John D. Ramsdell wrote:
This is another Haskell style question.
I had some trouble with the pretty printer that comes with GHC, so I translated one written in Standard ML. I have already translated the program into C, so rewriting it in Haskell was quick and easy for me.
Concerning the choice of a pretty printer, the one bundled in GHC is close to John Hughes. The Design of a Pretty-printing Library. http://citeseer.ist.psu.edu/hughes95design.html but there's also Philip Wadler. A prettier printer. http://homepages.inf.ed.ac.uk/wadler/papers/prettier/prettier.pdf (probably available as a library on hackage). Btw, both papers are marvelous introductions to the derivation of programs from their specification. Compared to that, I'm missing the specification part for your pretty printer. How's it supposed to lay out?
The Standard ML version uses a reference cell to keep track of the space available on a line. I threaded the value of the reference cell through the computation using a where clause to define two mutually recursive equations. The fixed point implicit in the where clause ties the knot in the circular definitions in a way that allows the output string to be efficiently computed front to back.

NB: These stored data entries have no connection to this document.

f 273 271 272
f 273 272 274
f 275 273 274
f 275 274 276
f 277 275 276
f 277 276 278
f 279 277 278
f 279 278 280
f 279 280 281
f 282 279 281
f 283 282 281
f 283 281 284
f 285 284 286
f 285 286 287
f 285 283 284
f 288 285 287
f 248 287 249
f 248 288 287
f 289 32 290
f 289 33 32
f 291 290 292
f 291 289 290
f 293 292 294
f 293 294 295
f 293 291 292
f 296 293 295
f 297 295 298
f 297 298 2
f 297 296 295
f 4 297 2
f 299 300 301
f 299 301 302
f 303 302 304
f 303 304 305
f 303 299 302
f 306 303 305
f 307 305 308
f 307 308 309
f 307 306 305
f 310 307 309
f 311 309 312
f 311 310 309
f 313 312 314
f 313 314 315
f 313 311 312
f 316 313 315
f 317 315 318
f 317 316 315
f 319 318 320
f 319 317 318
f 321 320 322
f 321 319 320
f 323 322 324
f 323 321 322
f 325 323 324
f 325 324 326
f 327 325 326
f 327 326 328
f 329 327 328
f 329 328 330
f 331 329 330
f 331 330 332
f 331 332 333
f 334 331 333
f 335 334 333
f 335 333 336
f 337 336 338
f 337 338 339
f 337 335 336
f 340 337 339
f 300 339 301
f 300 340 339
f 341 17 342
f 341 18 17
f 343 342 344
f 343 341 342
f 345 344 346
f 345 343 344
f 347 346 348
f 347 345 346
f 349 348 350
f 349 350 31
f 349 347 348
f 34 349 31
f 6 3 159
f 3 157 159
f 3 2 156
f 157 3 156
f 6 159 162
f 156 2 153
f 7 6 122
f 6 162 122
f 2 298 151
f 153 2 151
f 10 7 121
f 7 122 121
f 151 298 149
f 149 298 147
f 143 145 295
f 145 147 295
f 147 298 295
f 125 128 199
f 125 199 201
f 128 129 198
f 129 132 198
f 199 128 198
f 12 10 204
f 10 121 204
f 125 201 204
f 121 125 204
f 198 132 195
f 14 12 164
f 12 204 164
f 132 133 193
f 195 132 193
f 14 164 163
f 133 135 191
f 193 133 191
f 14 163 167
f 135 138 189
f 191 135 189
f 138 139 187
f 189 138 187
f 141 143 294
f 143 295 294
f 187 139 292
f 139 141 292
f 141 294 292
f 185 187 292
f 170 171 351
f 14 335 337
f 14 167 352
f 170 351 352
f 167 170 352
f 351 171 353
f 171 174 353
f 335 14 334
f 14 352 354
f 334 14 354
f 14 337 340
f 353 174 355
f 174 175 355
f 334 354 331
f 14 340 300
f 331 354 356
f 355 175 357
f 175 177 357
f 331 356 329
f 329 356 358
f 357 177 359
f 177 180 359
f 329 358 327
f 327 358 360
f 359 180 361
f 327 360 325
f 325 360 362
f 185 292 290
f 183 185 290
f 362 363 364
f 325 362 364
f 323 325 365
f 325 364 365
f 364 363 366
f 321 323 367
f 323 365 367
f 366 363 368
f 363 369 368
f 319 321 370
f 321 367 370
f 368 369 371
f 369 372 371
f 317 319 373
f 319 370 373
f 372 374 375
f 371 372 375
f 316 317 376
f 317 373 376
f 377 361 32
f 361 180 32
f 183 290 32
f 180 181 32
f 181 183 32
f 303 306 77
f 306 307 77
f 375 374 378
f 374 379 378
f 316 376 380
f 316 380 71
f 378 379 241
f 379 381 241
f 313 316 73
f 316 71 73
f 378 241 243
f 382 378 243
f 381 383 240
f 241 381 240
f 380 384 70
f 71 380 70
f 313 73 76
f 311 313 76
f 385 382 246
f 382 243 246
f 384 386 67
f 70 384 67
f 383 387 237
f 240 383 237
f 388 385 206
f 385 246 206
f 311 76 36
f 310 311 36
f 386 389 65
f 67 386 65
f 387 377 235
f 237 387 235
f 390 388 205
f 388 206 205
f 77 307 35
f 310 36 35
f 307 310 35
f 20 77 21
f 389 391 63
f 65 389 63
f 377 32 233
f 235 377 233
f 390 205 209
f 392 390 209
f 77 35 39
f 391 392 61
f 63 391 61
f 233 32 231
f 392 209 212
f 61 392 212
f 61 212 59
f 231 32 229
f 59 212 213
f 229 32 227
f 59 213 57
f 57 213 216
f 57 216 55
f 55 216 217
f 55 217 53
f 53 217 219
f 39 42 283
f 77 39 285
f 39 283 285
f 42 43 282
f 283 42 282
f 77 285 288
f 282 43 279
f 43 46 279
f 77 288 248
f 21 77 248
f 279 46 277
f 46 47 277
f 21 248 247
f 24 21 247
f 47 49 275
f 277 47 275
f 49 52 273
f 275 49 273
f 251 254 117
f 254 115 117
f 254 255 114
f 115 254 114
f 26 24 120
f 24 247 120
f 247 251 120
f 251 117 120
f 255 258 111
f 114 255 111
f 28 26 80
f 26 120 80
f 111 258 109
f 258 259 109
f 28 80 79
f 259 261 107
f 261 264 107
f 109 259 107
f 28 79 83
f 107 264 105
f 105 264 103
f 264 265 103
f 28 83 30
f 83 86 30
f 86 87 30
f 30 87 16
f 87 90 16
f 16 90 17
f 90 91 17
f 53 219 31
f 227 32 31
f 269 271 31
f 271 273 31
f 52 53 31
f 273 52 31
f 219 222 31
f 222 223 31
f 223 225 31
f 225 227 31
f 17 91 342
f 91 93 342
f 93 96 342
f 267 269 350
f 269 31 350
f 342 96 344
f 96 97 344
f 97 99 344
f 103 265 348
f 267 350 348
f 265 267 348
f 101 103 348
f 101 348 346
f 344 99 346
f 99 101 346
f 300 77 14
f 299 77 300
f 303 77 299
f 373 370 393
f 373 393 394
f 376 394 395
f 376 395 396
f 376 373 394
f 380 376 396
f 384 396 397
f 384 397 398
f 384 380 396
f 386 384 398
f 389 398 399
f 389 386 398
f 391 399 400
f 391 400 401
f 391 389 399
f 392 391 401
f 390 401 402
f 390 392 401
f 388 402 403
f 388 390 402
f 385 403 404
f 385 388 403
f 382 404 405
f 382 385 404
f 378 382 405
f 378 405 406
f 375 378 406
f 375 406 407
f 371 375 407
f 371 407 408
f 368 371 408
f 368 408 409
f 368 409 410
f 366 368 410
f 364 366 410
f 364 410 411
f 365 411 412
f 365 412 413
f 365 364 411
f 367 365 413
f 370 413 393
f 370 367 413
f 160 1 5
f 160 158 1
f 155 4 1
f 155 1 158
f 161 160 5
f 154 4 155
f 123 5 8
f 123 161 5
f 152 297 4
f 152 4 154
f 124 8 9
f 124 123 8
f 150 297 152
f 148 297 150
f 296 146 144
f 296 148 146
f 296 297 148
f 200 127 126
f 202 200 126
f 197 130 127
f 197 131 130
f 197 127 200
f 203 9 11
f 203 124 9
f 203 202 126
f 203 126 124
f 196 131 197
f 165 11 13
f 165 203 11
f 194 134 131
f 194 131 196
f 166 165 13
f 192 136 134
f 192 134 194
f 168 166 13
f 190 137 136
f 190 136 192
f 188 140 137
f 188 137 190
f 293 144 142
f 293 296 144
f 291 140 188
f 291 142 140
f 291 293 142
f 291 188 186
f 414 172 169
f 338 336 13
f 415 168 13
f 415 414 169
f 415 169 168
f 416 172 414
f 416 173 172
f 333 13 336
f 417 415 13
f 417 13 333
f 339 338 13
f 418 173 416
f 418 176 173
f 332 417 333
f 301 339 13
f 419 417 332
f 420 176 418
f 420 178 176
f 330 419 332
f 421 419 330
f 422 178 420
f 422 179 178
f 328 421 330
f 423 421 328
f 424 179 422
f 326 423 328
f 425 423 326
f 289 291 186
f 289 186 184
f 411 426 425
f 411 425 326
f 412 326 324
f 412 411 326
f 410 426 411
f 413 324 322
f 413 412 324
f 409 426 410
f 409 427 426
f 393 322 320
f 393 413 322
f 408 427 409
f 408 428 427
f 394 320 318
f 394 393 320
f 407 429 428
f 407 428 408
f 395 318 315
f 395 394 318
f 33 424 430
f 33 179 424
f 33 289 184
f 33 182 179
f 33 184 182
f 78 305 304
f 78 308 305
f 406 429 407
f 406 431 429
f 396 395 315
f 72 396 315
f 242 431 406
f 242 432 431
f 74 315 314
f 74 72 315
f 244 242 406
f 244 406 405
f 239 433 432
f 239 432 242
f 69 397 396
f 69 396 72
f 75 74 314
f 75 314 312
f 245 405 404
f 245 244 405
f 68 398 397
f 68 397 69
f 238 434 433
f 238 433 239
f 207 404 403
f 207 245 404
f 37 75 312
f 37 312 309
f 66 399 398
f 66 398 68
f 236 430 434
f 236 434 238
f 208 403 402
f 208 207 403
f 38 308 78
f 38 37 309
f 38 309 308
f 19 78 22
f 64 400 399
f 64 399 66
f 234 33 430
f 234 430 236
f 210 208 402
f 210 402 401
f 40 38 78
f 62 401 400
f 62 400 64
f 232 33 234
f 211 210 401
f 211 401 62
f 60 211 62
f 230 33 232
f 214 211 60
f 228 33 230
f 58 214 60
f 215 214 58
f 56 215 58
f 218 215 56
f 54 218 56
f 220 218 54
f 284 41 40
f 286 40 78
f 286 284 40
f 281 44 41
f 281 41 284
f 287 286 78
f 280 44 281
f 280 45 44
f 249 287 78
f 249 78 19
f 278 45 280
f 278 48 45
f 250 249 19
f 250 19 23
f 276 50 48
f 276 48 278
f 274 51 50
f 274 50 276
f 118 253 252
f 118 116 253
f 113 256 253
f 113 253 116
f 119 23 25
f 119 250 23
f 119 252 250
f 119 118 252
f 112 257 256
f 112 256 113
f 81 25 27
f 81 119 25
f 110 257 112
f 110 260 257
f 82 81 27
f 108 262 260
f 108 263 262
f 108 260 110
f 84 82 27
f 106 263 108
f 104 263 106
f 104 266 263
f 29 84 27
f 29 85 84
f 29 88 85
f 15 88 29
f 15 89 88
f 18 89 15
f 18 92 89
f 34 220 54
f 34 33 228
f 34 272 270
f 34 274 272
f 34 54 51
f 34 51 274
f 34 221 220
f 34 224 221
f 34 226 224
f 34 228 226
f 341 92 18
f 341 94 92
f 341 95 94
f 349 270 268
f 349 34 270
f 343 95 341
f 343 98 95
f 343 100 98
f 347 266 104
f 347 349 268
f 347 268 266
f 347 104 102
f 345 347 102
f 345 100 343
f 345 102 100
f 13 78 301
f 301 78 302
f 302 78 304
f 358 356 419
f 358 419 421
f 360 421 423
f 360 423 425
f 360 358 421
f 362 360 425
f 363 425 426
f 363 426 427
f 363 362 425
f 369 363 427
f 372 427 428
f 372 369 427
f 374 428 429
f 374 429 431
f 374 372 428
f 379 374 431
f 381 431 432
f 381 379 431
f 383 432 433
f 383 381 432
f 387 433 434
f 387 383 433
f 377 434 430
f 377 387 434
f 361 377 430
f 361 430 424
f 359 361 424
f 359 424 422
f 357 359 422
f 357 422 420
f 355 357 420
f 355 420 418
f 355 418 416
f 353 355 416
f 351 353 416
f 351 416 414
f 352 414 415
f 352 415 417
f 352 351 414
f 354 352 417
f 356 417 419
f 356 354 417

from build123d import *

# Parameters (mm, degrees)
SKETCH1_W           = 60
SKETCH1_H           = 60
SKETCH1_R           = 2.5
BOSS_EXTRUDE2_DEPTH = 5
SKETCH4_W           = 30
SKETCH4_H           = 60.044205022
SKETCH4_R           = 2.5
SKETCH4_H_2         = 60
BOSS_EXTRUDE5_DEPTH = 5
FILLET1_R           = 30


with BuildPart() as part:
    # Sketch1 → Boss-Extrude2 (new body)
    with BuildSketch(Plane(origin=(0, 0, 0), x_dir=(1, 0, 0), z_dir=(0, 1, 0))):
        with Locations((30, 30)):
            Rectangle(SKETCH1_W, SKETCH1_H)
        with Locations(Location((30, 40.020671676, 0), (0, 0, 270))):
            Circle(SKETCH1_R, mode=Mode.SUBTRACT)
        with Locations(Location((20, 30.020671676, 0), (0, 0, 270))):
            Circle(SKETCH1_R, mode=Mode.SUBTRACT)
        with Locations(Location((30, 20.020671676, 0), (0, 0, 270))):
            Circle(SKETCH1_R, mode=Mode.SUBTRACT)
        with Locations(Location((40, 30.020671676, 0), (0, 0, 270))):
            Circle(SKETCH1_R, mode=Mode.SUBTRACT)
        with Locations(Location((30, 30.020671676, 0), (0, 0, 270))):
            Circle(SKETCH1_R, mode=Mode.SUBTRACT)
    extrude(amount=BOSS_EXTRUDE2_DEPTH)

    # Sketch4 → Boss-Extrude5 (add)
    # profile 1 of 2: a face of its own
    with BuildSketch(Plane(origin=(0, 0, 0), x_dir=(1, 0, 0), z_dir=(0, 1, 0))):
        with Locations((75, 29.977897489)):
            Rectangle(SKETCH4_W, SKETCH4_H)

I showed the code to a colleague, who found the circular definitions opaque. He suggested a better style is to use monads, and describe the computation in a mode that is closer to its origin form in Standard ML.
What style do to you prefer, a knot-tying or a monad-based style? I have enclosed the pretty printer. The printing function is the subject of the controversy.

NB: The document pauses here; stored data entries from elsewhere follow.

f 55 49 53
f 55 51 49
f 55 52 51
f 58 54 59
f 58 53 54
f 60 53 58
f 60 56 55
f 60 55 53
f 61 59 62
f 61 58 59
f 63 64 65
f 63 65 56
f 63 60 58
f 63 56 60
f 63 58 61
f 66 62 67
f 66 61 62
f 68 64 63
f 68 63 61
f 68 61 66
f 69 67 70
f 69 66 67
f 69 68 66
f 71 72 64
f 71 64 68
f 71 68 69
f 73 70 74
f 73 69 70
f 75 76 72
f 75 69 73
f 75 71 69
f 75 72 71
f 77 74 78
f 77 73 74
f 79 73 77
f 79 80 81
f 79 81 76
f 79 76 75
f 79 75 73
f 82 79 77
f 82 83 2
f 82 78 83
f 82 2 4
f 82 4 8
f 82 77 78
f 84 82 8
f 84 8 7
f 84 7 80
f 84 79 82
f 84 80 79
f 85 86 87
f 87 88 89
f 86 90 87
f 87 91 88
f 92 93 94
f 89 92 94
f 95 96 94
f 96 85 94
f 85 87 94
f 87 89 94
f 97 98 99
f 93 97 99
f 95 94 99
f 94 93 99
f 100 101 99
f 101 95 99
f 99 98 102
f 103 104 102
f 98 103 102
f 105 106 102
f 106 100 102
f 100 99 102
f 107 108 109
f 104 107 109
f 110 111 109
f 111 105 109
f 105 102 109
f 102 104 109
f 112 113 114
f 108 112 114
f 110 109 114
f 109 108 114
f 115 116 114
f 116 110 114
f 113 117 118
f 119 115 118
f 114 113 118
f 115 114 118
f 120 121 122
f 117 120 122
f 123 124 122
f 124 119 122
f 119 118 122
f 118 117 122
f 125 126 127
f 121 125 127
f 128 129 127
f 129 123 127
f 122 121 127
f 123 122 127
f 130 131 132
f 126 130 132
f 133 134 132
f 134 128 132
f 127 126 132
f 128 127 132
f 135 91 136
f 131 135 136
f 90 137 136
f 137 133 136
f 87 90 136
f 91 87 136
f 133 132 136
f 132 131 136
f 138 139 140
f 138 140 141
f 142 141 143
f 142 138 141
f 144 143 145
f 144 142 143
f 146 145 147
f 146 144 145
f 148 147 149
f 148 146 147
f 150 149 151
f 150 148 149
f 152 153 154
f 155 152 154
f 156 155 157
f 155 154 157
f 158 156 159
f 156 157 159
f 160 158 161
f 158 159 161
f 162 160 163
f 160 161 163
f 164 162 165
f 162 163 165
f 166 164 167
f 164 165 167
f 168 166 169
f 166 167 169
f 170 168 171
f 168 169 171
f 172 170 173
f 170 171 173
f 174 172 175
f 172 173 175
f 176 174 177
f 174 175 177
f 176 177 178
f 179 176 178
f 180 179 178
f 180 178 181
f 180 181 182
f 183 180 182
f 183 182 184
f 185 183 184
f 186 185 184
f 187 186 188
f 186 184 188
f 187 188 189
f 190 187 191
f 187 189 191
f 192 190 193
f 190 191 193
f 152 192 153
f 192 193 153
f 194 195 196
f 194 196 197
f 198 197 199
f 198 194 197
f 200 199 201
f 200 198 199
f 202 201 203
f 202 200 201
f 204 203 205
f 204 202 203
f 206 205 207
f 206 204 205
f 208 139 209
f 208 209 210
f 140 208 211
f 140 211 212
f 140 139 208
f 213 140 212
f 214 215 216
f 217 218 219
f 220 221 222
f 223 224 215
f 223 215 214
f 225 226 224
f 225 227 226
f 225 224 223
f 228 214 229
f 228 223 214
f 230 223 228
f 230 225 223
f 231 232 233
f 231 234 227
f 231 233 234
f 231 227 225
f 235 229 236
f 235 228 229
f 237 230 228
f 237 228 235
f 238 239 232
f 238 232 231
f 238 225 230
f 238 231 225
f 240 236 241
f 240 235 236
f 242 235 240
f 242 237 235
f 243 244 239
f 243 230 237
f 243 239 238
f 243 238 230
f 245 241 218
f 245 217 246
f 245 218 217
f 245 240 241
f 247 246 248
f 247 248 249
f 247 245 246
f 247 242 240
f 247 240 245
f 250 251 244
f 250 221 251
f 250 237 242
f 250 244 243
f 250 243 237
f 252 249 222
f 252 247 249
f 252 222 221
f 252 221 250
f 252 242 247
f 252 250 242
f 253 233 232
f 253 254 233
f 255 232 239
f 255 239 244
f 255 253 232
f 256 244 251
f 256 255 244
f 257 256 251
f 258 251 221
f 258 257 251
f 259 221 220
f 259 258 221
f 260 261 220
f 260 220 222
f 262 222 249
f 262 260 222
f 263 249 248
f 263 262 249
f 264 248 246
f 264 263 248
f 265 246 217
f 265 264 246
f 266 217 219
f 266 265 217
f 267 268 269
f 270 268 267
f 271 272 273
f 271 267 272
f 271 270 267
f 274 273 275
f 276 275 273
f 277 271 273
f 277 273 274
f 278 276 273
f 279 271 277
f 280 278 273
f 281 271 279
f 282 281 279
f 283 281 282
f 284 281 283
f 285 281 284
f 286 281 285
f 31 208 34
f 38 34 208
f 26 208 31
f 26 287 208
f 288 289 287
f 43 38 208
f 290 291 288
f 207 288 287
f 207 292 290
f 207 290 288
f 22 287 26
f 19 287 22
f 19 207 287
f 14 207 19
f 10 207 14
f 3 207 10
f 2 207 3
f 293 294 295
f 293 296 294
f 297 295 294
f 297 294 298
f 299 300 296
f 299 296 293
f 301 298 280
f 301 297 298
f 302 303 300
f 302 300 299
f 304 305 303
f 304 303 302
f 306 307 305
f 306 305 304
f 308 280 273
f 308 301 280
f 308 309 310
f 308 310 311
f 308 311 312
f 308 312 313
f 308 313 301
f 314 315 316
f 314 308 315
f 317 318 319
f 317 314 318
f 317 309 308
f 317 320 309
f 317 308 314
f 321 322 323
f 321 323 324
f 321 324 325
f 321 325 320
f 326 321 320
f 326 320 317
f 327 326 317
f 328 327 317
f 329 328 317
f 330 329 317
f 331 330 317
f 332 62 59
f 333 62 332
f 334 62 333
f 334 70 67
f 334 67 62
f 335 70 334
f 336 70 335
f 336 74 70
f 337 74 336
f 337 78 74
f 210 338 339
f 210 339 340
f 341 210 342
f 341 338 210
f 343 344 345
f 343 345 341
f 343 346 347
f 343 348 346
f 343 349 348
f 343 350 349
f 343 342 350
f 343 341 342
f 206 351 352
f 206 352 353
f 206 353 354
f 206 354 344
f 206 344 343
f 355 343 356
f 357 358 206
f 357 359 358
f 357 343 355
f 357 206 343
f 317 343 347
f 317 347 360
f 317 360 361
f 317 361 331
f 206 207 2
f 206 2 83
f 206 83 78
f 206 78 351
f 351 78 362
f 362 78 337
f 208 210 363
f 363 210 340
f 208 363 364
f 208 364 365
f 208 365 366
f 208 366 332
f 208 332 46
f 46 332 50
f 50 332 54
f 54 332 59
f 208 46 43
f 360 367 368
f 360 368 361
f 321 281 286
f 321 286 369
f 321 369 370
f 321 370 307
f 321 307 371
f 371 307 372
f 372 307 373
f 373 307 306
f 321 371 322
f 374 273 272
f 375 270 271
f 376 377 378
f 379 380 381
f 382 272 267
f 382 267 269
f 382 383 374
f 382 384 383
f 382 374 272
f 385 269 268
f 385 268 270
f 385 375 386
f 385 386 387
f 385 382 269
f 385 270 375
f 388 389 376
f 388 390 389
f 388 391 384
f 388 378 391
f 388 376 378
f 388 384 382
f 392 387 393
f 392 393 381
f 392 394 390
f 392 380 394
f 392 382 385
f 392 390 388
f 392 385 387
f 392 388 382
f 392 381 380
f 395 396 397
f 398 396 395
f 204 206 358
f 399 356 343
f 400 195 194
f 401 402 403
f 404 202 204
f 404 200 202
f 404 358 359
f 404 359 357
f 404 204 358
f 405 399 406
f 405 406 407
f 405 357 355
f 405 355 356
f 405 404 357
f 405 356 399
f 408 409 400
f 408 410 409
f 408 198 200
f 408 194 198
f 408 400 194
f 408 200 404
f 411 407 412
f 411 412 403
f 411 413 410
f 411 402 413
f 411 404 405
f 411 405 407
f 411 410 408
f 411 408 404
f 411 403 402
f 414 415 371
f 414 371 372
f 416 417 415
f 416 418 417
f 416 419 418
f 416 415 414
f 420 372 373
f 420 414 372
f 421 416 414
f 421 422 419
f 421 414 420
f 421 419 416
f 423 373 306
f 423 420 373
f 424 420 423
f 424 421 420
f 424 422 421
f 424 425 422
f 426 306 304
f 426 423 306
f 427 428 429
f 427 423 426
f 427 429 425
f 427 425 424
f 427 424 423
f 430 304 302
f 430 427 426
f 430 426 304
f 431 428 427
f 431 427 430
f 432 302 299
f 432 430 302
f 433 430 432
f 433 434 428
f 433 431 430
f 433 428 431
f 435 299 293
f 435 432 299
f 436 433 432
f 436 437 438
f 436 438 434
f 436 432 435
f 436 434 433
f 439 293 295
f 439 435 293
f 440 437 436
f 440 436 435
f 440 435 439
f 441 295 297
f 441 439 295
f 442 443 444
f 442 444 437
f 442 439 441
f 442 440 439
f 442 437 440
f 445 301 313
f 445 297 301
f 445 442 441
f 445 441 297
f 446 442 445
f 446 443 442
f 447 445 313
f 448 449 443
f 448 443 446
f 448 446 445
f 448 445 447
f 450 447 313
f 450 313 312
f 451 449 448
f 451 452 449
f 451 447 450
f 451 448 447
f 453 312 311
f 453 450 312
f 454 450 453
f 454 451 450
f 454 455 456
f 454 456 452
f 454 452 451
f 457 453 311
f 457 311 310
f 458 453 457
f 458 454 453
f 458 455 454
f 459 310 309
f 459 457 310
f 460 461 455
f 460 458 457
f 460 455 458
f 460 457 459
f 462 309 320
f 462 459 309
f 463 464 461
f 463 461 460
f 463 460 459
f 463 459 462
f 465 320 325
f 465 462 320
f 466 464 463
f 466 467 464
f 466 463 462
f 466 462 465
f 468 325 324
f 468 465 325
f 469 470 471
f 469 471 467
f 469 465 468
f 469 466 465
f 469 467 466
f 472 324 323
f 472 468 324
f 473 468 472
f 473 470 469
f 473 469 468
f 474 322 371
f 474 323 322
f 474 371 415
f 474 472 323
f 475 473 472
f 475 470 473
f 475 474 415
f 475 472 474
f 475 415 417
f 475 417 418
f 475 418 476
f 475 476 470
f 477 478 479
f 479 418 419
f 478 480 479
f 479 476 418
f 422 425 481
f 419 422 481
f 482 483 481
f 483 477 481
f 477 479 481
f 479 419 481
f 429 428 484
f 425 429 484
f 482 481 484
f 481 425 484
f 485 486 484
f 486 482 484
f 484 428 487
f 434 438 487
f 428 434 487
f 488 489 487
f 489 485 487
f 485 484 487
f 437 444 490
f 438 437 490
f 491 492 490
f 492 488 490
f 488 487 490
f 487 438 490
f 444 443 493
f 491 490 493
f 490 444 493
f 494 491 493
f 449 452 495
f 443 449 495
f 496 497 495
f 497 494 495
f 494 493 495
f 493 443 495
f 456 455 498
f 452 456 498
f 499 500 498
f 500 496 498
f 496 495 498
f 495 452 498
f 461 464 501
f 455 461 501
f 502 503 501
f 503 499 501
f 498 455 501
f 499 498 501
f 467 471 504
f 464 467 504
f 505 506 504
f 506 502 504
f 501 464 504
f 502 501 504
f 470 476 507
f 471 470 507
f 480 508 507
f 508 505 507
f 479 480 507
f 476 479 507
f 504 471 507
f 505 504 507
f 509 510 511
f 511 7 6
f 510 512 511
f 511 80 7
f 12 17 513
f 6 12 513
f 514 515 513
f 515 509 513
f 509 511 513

Neither, I think that the code mixes too many concerns. You need neither knot tying nor monads for efficient string concatenation, a simple difference list type DString = Data.DList String = String -> String will do. (There's a small difference list library Data.DList available on hackage). If ++ is too inefficient, then simply switch to a different String implementation with a faster ++. Introducing a difference list means to replace the output type (Int, String) -> (Int, String) of printing not by Int -> (String -> (Int, String)) -- state monad with state String but by Int -> (Int, String -> String) -- difference list Furthermore, I guess that this can probably be replaced by Int -> (String -> String) (Int -> Int, String -> String) or made entirely abstract type X = (Int, String) -> (Int, String) blanks :: Int -> X
blanks n (space, s) | n <= 0 = (space, s) | otherwise = blanks (n - 1) (space - 1, showChar ' ' s)
string :: String -> X string s (space,t) = (space - length s, s ++ t) or something like that. I don't know what your printer is supposed to do, so I can't say for sure.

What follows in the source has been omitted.